Insights will report an "Efficiency Score" for each workload reported in the table on the Efficiency > Costs page.

The formula for calculating the Efficiency Score is based on the timeframe the user selected. The score is cost-weighted and calculated as follows: 100 * Recommended Cost / Billed Cost.

For example, a score under 100% generally means the workload is over-provisioned as the Recommended Cost is lower than the current Billed Cost, meaning there's opportunities to right-size the container to improve efficiency.

# Quality of Service (QoS) Recommendations

When you install the prometheus-metrics report, Fairwinds Insights allows you to generate different resource request and limit recommendations based on your workload's behavior.

The resource recommendation calculations are different depending on your QoS target. See below for additional detail.
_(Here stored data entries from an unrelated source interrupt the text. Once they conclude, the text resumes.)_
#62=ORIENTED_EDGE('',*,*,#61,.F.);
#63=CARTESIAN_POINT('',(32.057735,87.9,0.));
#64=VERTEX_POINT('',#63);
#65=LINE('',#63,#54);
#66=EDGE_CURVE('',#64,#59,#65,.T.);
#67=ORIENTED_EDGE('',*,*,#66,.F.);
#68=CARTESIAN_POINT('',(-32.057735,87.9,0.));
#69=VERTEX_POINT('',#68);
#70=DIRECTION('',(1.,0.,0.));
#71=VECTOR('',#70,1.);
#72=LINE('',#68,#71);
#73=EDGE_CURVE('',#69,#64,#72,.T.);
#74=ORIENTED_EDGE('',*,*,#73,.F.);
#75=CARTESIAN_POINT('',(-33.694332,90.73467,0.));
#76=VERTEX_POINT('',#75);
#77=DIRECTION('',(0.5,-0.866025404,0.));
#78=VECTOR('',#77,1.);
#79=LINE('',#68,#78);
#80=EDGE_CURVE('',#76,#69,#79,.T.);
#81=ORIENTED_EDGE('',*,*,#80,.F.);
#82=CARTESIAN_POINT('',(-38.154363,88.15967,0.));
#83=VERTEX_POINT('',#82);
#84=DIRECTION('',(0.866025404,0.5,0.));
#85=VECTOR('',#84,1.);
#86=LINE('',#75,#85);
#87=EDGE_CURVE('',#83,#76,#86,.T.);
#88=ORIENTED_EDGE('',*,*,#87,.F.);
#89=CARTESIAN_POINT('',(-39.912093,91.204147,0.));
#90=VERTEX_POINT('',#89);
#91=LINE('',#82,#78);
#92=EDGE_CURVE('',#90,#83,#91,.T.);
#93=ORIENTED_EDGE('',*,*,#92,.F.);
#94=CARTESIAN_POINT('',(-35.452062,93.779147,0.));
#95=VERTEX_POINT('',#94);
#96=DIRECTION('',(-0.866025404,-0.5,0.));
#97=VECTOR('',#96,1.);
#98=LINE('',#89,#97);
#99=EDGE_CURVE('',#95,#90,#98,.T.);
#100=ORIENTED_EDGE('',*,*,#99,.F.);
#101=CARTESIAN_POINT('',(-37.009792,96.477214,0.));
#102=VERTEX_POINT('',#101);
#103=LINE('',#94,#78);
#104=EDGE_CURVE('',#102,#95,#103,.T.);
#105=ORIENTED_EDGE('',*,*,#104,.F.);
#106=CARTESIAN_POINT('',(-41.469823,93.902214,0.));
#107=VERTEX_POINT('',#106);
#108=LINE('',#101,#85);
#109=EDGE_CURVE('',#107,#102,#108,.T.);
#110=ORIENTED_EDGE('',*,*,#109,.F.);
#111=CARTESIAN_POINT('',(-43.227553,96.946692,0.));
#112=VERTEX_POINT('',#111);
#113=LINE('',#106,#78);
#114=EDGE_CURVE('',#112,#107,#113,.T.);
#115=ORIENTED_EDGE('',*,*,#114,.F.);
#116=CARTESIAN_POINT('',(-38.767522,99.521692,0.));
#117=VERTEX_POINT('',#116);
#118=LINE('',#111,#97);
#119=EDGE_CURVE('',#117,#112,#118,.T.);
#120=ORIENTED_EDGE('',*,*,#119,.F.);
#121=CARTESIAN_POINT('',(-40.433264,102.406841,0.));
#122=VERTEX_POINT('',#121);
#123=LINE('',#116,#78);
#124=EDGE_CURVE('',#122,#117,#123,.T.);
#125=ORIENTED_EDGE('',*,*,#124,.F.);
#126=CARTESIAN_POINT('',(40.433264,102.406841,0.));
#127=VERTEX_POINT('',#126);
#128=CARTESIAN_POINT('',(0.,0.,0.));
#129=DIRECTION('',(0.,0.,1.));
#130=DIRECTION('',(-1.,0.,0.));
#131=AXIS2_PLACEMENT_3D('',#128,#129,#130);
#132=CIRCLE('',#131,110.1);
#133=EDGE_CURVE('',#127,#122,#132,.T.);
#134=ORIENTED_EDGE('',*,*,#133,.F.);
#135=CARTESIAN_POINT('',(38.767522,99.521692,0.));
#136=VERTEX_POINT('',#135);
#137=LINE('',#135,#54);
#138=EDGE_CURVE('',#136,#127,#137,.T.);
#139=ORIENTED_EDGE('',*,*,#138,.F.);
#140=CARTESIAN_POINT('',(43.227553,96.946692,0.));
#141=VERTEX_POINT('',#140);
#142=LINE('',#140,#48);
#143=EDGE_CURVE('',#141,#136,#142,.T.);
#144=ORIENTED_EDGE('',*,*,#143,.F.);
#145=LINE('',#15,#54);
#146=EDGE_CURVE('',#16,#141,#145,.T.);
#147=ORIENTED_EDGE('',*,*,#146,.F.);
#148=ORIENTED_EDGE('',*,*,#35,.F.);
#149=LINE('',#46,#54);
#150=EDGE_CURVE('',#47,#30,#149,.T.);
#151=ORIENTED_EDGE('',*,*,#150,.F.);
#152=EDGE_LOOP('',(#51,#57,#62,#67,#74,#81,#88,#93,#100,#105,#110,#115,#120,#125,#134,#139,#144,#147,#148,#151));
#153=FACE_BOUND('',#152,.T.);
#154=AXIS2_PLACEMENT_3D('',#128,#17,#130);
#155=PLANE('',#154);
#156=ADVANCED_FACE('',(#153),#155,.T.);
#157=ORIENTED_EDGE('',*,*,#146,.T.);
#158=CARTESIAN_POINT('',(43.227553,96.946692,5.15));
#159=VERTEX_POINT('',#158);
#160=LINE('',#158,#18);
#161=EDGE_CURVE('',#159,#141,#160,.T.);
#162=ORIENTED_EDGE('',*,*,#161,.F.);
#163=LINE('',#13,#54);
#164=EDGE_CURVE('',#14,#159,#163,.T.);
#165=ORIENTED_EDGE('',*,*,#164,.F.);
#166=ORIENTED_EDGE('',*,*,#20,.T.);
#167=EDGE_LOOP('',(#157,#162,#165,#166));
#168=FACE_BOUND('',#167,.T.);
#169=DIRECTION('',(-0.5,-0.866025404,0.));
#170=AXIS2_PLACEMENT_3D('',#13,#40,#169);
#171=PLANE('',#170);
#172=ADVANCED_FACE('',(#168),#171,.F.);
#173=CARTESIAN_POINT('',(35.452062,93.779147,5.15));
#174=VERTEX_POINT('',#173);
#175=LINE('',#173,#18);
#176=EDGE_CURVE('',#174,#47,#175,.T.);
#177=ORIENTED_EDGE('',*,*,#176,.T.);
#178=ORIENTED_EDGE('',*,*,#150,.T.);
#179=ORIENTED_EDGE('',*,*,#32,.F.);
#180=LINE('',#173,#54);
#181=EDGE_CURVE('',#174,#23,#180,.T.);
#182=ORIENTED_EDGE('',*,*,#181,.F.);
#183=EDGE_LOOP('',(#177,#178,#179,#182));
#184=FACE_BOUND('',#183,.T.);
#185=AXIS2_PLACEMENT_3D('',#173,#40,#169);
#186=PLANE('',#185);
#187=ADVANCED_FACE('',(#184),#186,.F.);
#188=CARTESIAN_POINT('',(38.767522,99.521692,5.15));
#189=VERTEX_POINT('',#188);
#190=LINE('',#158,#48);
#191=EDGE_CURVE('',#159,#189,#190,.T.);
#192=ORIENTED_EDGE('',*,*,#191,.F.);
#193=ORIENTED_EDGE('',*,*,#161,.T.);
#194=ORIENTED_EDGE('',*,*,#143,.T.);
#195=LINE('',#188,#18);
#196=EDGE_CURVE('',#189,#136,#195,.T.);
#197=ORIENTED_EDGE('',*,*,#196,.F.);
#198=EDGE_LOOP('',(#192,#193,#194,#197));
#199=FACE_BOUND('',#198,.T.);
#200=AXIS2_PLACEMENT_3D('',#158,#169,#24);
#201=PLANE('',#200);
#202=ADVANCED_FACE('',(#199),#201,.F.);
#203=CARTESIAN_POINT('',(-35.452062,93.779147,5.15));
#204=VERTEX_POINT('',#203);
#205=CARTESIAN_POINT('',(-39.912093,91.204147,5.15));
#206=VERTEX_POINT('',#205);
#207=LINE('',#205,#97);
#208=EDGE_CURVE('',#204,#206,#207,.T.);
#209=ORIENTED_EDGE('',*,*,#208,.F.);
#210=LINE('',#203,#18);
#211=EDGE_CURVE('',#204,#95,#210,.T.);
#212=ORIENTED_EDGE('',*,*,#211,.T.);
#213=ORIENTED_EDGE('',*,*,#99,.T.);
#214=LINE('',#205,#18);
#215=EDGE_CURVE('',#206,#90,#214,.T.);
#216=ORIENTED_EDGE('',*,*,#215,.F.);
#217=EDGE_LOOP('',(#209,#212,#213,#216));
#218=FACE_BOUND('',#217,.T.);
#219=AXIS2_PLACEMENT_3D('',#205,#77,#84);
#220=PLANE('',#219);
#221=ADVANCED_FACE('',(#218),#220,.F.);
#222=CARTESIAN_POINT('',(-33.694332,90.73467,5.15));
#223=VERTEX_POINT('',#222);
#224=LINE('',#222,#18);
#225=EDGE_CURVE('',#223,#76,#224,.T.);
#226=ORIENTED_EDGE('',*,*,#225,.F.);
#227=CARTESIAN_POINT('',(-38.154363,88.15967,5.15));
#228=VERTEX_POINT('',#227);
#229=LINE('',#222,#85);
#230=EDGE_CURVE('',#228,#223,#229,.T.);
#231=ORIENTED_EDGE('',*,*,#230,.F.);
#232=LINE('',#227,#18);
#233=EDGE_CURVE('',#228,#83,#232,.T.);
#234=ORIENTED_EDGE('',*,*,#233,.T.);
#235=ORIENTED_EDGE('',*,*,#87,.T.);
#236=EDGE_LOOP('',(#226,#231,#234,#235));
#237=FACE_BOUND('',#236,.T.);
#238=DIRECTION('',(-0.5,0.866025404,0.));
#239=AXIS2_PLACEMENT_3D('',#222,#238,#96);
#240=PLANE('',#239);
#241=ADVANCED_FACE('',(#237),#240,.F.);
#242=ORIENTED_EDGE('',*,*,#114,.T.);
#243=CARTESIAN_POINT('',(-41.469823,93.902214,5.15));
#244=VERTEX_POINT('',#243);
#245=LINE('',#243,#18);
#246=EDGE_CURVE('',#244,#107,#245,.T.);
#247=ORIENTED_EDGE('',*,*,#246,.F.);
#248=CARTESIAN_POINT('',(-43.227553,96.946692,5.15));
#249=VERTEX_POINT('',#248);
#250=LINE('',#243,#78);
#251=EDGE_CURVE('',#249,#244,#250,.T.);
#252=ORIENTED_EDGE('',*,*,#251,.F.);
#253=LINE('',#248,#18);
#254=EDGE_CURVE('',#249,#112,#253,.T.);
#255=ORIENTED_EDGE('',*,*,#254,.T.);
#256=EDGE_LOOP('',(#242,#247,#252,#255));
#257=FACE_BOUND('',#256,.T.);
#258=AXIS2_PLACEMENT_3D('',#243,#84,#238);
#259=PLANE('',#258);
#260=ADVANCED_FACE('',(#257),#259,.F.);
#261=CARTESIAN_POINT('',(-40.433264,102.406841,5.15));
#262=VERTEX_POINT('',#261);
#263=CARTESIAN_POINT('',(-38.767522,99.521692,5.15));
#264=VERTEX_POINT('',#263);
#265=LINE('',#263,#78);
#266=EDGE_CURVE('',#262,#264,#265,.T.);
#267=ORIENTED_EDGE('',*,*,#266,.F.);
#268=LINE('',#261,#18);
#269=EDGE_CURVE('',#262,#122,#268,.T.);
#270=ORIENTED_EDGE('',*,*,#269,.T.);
QoS Description Requests recommendation Limits recommendation
Critical Used for mission-critical workloads that should be over-provisioned for reliability 120% of max usage observed over last month same as requests
Guaranteed (default) Production workloads that can withstand some variability max usage observed over last month same as requests
Burstable Workloads that should prioritize cost efficiency over maximum reliability p90 of max usage observed over last month max usage observed over last month
Limited Workloads that should be given as little resources as needed to operate average usage observed over last month p95 of usage observed over last month

Upgrading Qos at Costs page makes the recommendation gets updated on the fly.